Carnival stock sank to multi-year lows this past October
Cruise line Carnival Corp (NYSE:CCL) is down 0.9% at $44.68 in this afternoon's trading, continuing its wildly disappointing year on the charts. The stock has shed 25% over the past 12 months, and is now seeing a re-emergence of pressure from a key descending -- and historically bearish -- trendline.
According to Schaeffer's Senior Quantitative Analyst Rocky White, CCL is trading within one standard deviation of its 120-day moving average, after spending most of its time below this trendline in recent years. Similar tests of this trendline resistance have occurred eight other times over the past three years, resulting in an average 15-day loss of 5.9%, with 75% of the returns negative. Another loss of this severity would send Carnival stock down to the $42 mark -- back near the site of its five-year lows from early October -- before the end of January.

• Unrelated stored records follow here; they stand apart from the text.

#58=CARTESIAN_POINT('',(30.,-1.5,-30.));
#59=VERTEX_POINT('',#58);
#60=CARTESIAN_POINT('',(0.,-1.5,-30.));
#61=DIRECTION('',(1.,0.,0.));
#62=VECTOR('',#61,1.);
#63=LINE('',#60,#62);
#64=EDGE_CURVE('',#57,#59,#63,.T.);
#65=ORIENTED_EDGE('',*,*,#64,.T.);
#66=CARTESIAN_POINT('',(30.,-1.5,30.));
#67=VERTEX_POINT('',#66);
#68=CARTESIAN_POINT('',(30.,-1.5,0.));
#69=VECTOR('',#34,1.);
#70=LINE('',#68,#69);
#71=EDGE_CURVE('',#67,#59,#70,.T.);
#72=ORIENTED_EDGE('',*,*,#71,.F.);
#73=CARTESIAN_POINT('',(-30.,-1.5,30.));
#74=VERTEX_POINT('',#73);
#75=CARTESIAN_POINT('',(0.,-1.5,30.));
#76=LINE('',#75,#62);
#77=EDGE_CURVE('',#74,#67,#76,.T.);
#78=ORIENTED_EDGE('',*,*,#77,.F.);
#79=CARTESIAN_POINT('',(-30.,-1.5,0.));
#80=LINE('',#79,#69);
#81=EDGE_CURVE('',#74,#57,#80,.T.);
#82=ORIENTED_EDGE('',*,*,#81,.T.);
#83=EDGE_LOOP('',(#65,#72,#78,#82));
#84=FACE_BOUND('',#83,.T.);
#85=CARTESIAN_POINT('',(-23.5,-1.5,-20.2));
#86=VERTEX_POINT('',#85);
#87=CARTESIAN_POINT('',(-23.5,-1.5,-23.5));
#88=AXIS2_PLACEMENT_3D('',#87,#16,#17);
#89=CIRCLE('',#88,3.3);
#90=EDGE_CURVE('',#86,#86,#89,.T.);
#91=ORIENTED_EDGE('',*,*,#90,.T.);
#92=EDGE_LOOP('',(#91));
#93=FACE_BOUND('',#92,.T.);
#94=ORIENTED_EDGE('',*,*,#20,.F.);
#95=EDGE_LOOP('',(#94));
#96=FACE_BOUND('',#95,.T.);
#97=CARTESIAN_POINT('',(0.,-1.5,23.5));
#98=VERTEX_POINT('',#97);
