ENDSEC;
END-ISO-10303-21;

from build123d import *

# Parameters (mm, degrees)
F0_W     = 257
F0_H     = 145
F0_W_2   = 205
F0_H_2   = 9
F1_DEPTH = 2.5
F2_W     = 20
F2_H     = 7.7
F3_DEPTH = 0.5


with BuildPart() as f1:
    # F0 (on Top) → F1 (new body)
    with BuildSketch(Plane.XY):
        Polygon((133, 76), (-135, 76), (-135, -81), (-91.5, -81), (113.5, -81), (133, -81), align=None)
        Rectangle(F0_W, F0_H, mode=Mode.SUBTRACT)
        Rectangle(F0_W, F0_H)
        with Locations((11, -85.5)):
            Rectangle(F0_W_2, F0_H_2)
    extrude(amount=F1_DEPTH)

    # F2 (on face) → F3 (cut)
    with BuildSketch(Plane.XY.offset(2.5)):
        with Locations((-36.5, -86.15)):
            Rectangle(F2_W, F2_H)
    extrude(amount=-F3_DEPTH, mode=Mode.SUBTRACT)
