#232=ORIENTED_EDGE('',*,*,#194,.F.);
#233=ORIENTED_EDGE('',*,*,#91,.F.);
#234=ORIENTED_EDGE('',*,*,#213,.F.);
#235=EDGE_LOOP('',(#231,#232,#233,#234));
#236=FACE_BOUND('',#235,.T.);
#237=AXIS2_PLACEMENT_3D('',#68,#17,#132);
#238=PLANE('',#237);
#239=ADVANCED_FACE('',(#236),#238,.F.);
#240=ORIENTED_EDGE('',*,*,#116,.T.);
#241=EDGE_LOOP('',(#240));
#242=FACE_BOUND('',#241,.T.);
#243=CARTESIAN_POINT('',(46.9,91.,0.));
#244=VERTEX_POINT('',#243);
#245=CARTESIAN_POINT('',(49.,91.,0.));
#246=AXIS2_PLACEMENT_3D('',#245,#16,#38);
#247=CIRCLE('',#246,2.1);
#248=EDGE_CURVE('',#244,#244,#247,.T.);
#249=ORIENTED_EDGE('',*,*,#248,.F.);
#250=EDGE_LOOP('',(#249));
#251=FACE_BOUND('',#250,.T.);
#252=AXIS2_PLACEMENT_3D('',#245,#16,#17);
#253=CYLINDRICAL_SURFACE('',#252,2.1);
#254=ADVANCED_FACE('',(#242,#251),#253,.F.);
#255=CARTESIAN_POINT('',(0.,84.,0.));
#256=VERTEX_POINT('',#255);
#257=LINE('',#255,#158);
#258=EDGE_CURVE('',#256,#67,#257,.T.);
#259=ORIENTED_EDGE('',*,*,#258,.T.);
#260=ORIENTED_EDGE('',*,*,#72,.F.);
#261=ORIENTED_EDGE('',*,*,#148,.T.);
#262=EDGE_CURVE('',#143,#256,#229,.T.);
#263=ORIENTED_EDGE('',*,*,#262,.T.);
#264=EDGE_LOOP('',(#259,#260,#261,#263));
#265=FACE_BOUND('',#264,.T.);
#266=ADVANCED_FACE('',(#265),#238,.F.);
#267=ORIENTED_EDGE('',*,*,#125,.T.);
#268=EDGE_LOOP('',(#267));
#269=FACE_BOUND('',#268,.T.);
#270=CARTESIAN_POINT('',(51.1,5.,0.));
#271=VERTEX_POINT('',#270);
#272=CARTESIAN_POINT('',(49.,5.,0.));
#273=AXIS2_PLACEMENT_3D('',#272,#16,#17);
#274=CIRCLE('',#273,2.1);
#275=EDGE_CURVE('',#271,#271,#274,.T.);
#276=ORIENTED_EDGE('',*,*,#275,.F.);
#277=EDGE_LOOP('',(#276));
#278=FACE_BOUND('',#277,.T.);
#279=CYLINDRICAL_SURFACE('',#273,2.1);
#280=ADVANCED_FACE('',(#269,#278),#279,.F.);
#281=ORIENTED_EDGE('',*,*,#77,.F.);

Moving into the options pits, it looks like call traders may have maxed out their bullish bets. The equity's 10-day call/put volume ratio of 6.22 at the International Securities Exchange (ISE), Cboe Options Exchange (CBOE), and NASDAQ OMX PHLX (PHLX) ranks in the 100th annual percentile, meaning calls have been purchased over puts at a faster-than-usual clip during the past two weeks.